Ego adalah eksekutif
dari kepribadian, yang memiliki dua tugas utama yang pertama adalah, memilih
stimuli mana yang hendak direspon, atau insting mana yang akan dipuaskan.
Kedua, menentukan kapan dan bagaimana kebutuhan itu dipuaskan sesuai dengang
peluang yang resikonya minimal.
c. Superego
Superego
bersifat non rasional dalam menuntut kesempurnaan, superego akan menghukum
kesalahan ego, baik yang telah dilakukan maupun yang belum dilakukan atau masih
dalam pikiran. Superego juga seperti ego dalam hal mengontrol id, bukan hanya
menunda pemuasan tetapi merintangi pemenuhannya. Paling tidak, ada 3 fungsi
superego ;
1. Mendorong
ego menggantikan tujuan-tujuan realistic dengan tujuan-tujuan moralistic.
2. Merintangi
impuls id, terutama impuls seksual dan
agresivotas yang bertentangan dengan standard nilai masyarakat.
3. Mengejar
kesempurnaan.
B. Teori
Psikoanalisis Humanistis
Asusmsi Fromm yang paling mendasar
adalah bahwa kepribadian individu dapat dipahami hanya dalam sejarah manusia.

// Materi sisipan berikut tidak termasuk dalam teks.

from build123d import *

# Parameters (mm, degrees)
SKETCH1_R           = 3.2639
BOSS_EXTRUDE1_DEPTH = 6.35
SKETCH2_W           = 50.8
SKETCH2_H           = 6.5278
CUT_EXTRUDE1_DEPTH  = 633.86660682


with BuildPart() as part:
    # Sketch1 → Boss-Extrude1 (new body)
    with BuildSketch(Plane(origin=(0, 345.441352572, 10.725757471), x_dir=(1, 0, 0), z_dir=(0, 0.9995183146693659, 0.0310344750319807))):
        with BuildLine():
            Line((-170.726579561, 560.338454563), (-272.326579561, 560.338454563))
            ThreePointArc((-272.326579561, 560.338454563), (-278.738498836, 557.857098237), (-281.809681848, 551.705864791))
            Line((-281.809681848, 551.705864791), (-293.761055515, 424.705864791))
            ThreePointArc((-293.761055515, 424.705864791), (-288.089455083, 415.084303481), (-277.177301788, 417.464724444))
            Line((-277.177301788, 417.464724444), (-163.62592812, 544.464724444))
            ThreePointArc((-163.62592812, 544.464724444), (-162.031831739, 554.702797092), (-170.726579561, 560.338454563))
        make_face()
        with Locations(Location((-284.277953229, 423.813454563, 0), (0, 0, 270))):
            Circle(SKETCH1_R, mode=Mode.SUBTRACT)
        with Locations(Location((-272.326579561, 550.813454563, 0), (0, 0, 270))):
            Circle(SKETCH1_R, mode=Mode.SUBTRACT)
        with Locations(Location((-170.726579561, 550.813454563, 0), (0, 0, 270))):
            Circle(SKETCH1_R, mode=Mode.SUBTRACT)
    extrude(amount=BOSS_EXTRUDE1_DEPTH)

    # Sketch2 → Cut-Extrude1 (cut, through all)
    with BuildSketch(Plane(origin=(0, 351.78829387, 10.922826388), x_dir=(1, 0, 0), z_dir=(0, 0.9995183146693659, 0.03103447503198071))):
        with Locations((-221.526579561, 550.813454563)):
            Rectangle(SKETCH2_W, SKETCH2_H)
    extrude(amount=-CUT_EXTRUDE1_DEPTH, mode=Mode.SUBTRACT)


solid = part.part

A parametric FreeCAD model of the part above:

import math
import FreeCAD as App
import Part
import Sketcher

V = App.Vector
Q = App.Units.Quantity


def add_polygon(sketch, points):
    """Adds a closed chain of lines whose ends are joined by coincident constraints."""
    first, n = sketch.GeometryCount, len(points)
    for a, b in zip(points, points[1:] + points[:1]):
        sketch.addGeometry(Part.LineSegment(App.Vector(*a, 0), App.Vector(*b, 0)), False)
    for i in range(n):
        sketch.addConstraint(Sketcher.Constraint("Coincident", first + i, 2, first + (i + 1) % n, 1))

doc = App.newDocument("Part")
body = doc.addObject("PartDesign::Body", "Body")

sketch1 = body.newObject("Sketcher::SketchObject", "Sketch")
sketch1.Placement = App.Placement(V(0, 345.441353, 10.725757), App.Rotation(V(1, 0, 0), V(0, 0.031034475, -0.999518315), V(0, 0.999518315, 0.031034475), "ZXY"))
sketch1.addGeometry([
    Part.LineSegment(V(-170.7, 560.3, 0), V(-272.3, 560.3, 0)),
    Part.ArcOfCircle(Part.Circle(V(-272.3, 550.8, 0), V(0, 0, 1), 9.5), math.radians(90), math.radians(175)),
    Part.LineSegment(V(-281.8, 551.7, 0), V(-293.8, 424.7, 0)),
    Part.ArcOfCircle(Part.Circle(V(-284.3, 423.8, 0), V(0, 0, 1), 9.5), math.radians(175), math.radians(318)),
    Part.LineSegment(V(-277.2, 417.5, 0), V(-163.6, 544.5, 0)),
    Part.ArcOfCircle(Part.Circle(V(-170.7, 550.8, 0), V(0, 0, 1), 9.5), math.radians(-42), math.radians(90)),
    Part.Circle(V(-284.3, 423.8, 0), V(0, 0, 1), 3.3),
    Part.Circle(V(-272.3, 550.8, 0), V(0, 0, 1), 3.3),
    Part.Circle(V(-170.7, 550.8, 0), V(0, 0, 1), 3.3),
], False)
sketch1.addConstraint([
    Sketcher.Constraint("Tangent", 0, 2, 1, 1),
    Sketcher.Constraint("Tangent", 1, 2, 2, 1),
    Sketcher.Constraint("Tangent", 2, 2, 3, 1),
    Sketcher.Constraint("Tangent", 3, 2, 4, 1),
    Sketcher.Constraint("Tangent", 4, 2, 5, 1),
    Sketcher.Constraint("Tangent", 5, 2, 0, 1),
    Sketcher.Constraint("Horizontal", 0),
    Sketcher.Constraint("Coincident", 6, 3, 3, 3),
    Sketcher.Constraint("Coincident", 7, 3, 1, 3),
    Sketcher.Constraint("Coincident", 8, 3, 5, 3),
    Sketcher.Constraint("Equal", 1, 3),
    Sketcher.Constraint("Equal", 3, 5),
    Sketcher.Constraint("Equal", 6, 7),
    Sketcher.Constraint("Equal", 7, 8),
    Sketcher.Constraint("DistanceX", 0, 2, 0, 1, Q("4 in")),
    Sketcher.Constraint("Diameter", 6, Q("0.257 in")),
    Sketcher.Constraint("Radius", 1, Q("0.375 in")),
    Sketcher.Constraint("DistanceY", 3, 3, 1, 3, Q("5 in")),
    Sketcher.Constraint("DistanceX", 3, 2, -1, 1, 277.177302),
    Sketcher.Constraint("Distance", 4, 170.36113),
    Sketcher.Constraint("DistanceY", -1, 1, 1, 3, 550.813455),
])
pad1 = body.newObject("PartDesign::Pad", "Pad")
pad1.Profile = sketch1
pad1.Length = Q("0.25 in")

sketch2 = body.newObject("Sketcher::SketchObject", "Sketch001")
sketch2.Placement = App.Placement(V(0, 351.788294, 10.922826), App.Rotation(V(1, 0, 0), V(0, 0.031034475, -0.999518315), V(0, 0.999518315, 0.031034475), "ZXY"))
add_polygon(sketch2, [(-247, 554), (-247, 548), (-196, 548), (-196, 554)])
sketch2.addConstraint([
    Sketcher.Constraint("Vertical", 0),
    Sketcher.Constraint("Horizontal", 1),
    Sketcher.Constraint("Vertical", 2),
    Sketcher.Constraint("Horizontal", 3),
    Sketcher.Constraint("DistanceX", 1, 1, 1, 2, Q("2 in")),
    Sketcher.Constraint("DistanceY", 0, 2, 0, 1, Q("0.257 in")),
    Sketcher.Constraint("DistanceX", 0, 2, -1, 1, 246.92658),
    Sketcher.Constraint("DistanceY", -1, 1, 0, 2, 547.549555),
])
pocket1 = body.newObject("PartDesign::Pocket", "Pocket")
pocket1.Profile = sketch2
pocket1.Type = "ThroughAll"

doc.recompute()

Fromm mrngambil sikap tengah mengenai sadar versus motivasi bawah sadar, dan
sedikit lebih menekankan motivasi sadar dan bersaing karena salah satu
ciri-ciri unik manusia adalah kesadaran diri. Fromm menegaskan, bagaimanapun,
bahwa kesadaran diri adalah berkat campuran dari banyaknya orang yang menindas
mereka demi karakter dasar untuk menghindari kecemasan.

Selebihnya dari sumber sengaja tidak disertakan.